### What is expected
Look below for the line that contains "Line((3, 14.661455), (3, 20.339432))", then copy it and each following line exactly, through and including the line that contains "-10.582019), (-3, -14.661455))".
Given data START
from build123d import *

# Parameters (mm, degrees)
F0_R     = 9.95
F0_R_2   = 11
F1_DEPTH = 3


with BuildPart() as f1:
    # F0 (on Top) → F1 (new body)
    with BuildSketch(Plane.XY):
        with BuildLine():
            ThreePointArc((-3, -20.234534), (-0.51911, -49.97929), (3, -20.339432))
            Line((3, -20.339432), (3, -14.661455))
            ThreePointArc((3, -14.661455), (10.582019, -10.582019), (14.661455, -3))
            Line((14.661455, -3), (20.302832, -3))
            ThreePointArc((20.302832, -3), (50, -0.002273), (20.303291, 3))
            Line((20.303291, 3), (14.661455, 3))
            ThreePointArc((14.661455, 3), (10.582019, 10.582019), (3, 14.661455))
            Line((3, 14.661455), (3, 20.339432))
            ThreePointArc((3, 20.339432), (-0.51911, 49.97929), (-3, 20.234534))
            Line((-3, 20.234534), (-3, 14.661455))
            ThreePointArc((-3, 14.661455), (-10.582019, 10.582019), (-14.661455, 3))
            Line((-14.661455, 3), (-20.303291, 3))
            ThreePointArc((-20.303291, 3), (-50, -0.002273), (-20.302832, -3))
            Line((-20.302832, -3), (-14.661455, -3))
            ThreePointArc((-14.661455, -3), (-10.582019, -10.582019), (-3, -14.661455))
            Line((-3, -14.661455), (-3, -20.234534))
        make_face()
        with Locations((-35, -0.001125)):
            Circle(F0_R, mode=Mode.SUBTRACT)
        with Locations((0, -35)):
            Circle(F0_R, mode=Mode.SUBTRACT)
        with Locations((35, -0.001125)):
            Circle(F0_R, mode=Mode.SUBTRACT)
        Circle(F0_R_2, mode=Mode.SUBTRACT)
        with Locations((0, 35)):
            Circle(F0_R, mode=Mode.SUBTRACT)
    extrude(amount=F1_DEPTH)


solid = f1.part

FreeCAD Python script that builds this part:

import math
import FreeCAD as App
import Part
import Sketcher
from FreeCAD import Vector

doc = App.newDocument("Part")
body = doc.addObject("PartDesign::Body", "Body")

# Sketch on XY plane
sketch1 = body.newObject("Sketcher::SketchObject", "Sketch")
sketch1.AttachmentSupport = (doc.getObject("XY_Plane"), [""])
sketch1.MapMode = "FlatFace"
sketch1.addGeometry(Part.ArcOfCircle(Part.Circle(Vector(0, -35, 0), Vector(0, 0, 1), 15), math.radians(101), math.radians(437)), False)
sketch1.addGeometry(Part.LineSegment(Vector(3, -20, 0), Vector(3, -15, 0)), False)
sketch1.addGeometry(Part.ArcOfCircle(Part.Circle(Vector(0, 0, 0), Vector(0, 0, 1), 15), math.radians(-78), math.radians(-12)), False)
sketch1.addGeometry(Part.LineSegment(Vector(15, -3, 0), Vector(20, -3, 0)), False)
sketch1.addGeometry(Part.ArcOfCircle(Part.Circle(Vector(35, 0, 0), Vector(0, 0, 1), 15), math.radians(-168), math.radians(168)), False)
sketch1.addGeometry(Part.LineSegment(Vector(20, 3, 0), Vector(15, 3, 0)), False)
sketch1.addGeometry(Part.ArcOfCircle(Part.Circle(Vector(0, 0, 0), Vector(0, 0, 1), 15), math.radians(12), math.radians(78)), False)
sketch1.addGeometry(Part.LineSegment(Vector(3, 15, 0), Vector(3, 20, 0)), False)
sketch1.addGeometry(Part.ArcOfCircle(Part.Circle(Vector(0, 35, 0), Vector(0, 0, 1), 15), math.radians(-77), math.radians(259)), False)
sketch1.addGeometry(Part.LineSegment(Vector(-3, 20, 0), Vector(-3, 15, 0)), False)
sketch1.addGeometry(Part.ArcOfCircle(Part.Circle(Vector(0, 0, 0), Vector(0, 0, 1), 15), math.radians(102), math.radians(168)), False)
sketch1.addGeometry(Part.LineSegment(Vector(-15, 3, 0), Vector(-20, 3, 0)), False)
sketch1.addGeometry(Part.ArcOfCircle(Part.Circle(Vector(-35, 0, 0), Vector(0, 0, 1), 15), math.radians(12), math.radians(348)), False)
sketch1.addGeometry(Part.LineSegment(Vector(-20, -3, 0), Vector(-15, -3, 0)), False)
sketch1.addGeometry(Part.ArcOfCircle(Part.Circle(Vector(0, 0, 0), Vector(0, 0, 1), 15), math.radians(-168), math.radians(-102)), False)
sketch1.addGeometry(Part.LineSegment(Vector(-3, -15, 0), Vector(-3, -20, 0)), False)
sketch1.addGeometry(Part.Circle(Vector(0, -35, 0), Vector(0, 0, 1), 10), False)
sketch1.addGeometry(Part.Circle(Vector(-35, 0, 0), Vector(0, 0, 1), 10), False)
sketch1.addGeometry(Part.Circle(Vector(0, 0, 0), Vector(0, 0, 1), 11), False)
sketch1.addGeometry(Part.Circle(Vector(35, 0, 0), Vector(0, 0, 1), 10), False)
sketch1.addGeometry(Part.Circle(Vector(0, 35, 0), Vector(0, 0, 1), 10), False)
sketch1.addConstraint(Sketcher.Constraint("Coincident", 0, 2, 1, 1))
sketch1.addConstraint(Sketcher.Constraint("Coincident", 1, 2, 2, 1))
sketch1.addConstraint(Sketcher.Constraint("Coincident", 2, 2, 3, 1))
sketch1.addConstraint(Sketcher.Constraint("Coincident", 3, 2, 4, 1))
sketch1.addConstraint(Sketcher.Constraint("Coincident", 4, 2, 5, 1))
sketch1.addConstraint(Sketcher.Constraint("Coincident", 5, 2, 6, 1))
sketch1.addConstraint(Sketcher.Constraint("Coincident", 6, 2, 7, 1))
sketch1.addConstraint(Sketcher.Constraint("Coincident", 7, 2, 8, 1))
sketch1.addConstraint(Sketcher.Constraint("Coincident", 8, 2, 9, 1))
sketch1.addConstraint(Sketcher.Constraint("Coincident", 9, 2, 10, 1))
sketch1.addConstraint(Sketcher.Constraint("Coincident", 10, 2, 11, 1))
sketch1.addConstraint(Sketcher.Constraint("Coincident", 11, 2, 12, 1))
sketch1.addConstraint(Sketcher.Constraint("Coincident", 12, 2, 13, 1))
sketch1.addConstraint(Sketcher.Constraint("Coincident", 13, 2, 14, 1))
sketch1.addConstraint(Sketcher.Constraint("Coincident", 14, 2, 15, 1))
sketch1.addConstraint(Sketcher.Constraint("Coincident", 15, 2, 0, 1))
sketch1.addConstraint(Sketcher.Constraint("Vertical", 1))
sketch1.addConstraint(Sketcher.Constraint("Horizontal", 3))
sketch1.addConstraint(Sketcher.Constraint("Horizontal", 5))
sketch1.addConstraint(Sketcher.Constraint("Vertical", 7))
sketch1.addConstraint(Sketcher.Constraint("Vertical", 9))
sketch1.addConstraint(Sketcher.Constraint("Horizontal", 11))
sketch1.addConstraint(Sketcher.Constraint("Horizontal", 13))
sketch1.addConstraint(Sketcher.Constraint("Vertical", 15))
sketch1.addConstraint(Sketcher.Constraint("Coincident", 2, 3, -1, 1))
sketch1.addConstraint(Sketcher.Constraint("Coincident", 6, 3, -1, 1))
sketch1.addConstraint(Sketcher.Constraint("Coincident", 10, 3, -1, 1))
sketch1.addConstraint(Sketcher.Constraint("Coincident", 14, 3, -1, 1))
sketch1.addConstraint(Sketcher.Constraint("Coincident", 18, 3, -1, 1))
sketch1.addConstraint(Sketcher.Constraint("Coincident", 17, 3, 12, 3))
sketch1.addConstraint(Sketcher.Constraint("Coincident", 19, 3, 4, 3))
sketch1.addConstraint(Sketcher.Constraint("Equal", 0, 4))
sketch1.addConstraint(Sketcher.Constraint("Equal", 2, 6))
sketch1.addConstraint(Sketcher.Constraint("Equal", 4, 8))
sketch1.addConstraint(Sketcher.Constraint("Equal", 6, 10))
sketch1.addConstraint(Sketcher.Constraint("Equal", 8, 12))
sketch1.addConstraint(Sketcher.Constraint("Equal", 10, 14))
sketch1.addConstraint(Sketcher.Constraint("Equal", 16, 17))
sketch1.addConstraint(Sketcher.Constraint("Equal", 17, 19))
sketch1.addConstraint(Sketcher.Constraint("Equal", 19, 20))
sketch1.addConstraint(Sketcher.Constraint("Symmetric", 16, 3, 20, 3, -1, 1))
sketch1.addConstraint(Sketcher.Constraint("Symmetric", 4, 3, 12, 3, -2))
sketch1.addConstraint(Sketcher.Constraint("Symmetric", 0, 3, 8, 3, -1))
sketch1.addConstraint(Sketcher.Constraint("PointOnObject", 16, 3, -2))
sketch1.addConstraint(Sketcher.Constraint("Horizontal", 6, 2, 9, 2))
sketch1.addConstraint(Sketcher.Constraint("Horizontal", 5, 2, 10, 2))
sketch1.addConstraint(Sketcher.Constraint("Horizontal", 3, 2, 12, 2))
sketch1.addConstraint(Sketcher.Constraint("Horizontal", 1, 2, 14, 2))
sketch1.addConstraint(Sketcher.Constraint("Vertical", 2, 2, 5, 2))
sketch1.addConstraint(Sketcher.Constraint("Vertical", 1, 2, 6, 2))
sketch1.addConstraint(Sketcher.Constraint("Diameter", 18, 22.0))
sketch1.addConstraint(Sketcher.Constraint("Radius", 0, 15.0))
sketch1.addConstraint(Sketcher.Constraint("Diameter", 16, 19.9))
sketch1.addConstraint(Sketcher.Constraint("DistanceX", -1, 1, 4, 3, 35.0))
sketch1.addConstraint(Sketcher.Constraint("DistanceY", 16, 3, -1, 1, 35.0))
sketch1.addConstraint(Sketcher.Constraint("DistanceX", -1, 1, 0, 2, 3.0))
sketch1.addConstraint(Sketcher.Constraint("DistanceY", 2, 2, -1, 1, 3.0))
sketch1.addConstraint(Sketcher.Constraint("Radius", 2, 14.965237))
sketch1.addConstraint(Sketcher.Constraint("DistanceY", 9, 2, 9, 1, 5.573079))
sketch1.addConstraint(Sketcher.Constraint("DistanceY", 8, 2, 7, 2, 0.104898))
sketch1.addConstraint(Sketcher.Constraint("DistanceX", 3, 1, 3, 2, 5.641377))
pad1 = body.newObject("PartDesign::Pad", "Pad")
pad1.Profile = sketch1
pad1.Length = 3

doc.recompute()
Given data END
### Completed task
            Line((3, 14.661455), (3, 20.339432))
            ThreePointArc((3, 20.339432), (-0.51911, 49.97929), (-3, 20.234534))
            Line((-3, 20.234534), (-3, 14.661455))
            ThreePointArc((-3, 14.661455), (-10.582019, 10.582019), (-14.661455, 3))
            Line((-14.661455, 3), (-20.303291, 3))
            ThreePointArc((-20.303291, 3), (-50, -0.002273), (-20.302832, -3))
            Line((-20.302832, -3), (-14.661455, -3))
            ThreePointArc((-14.661455, -3), (-10.582019, -10.582019), (-3, -14.661455))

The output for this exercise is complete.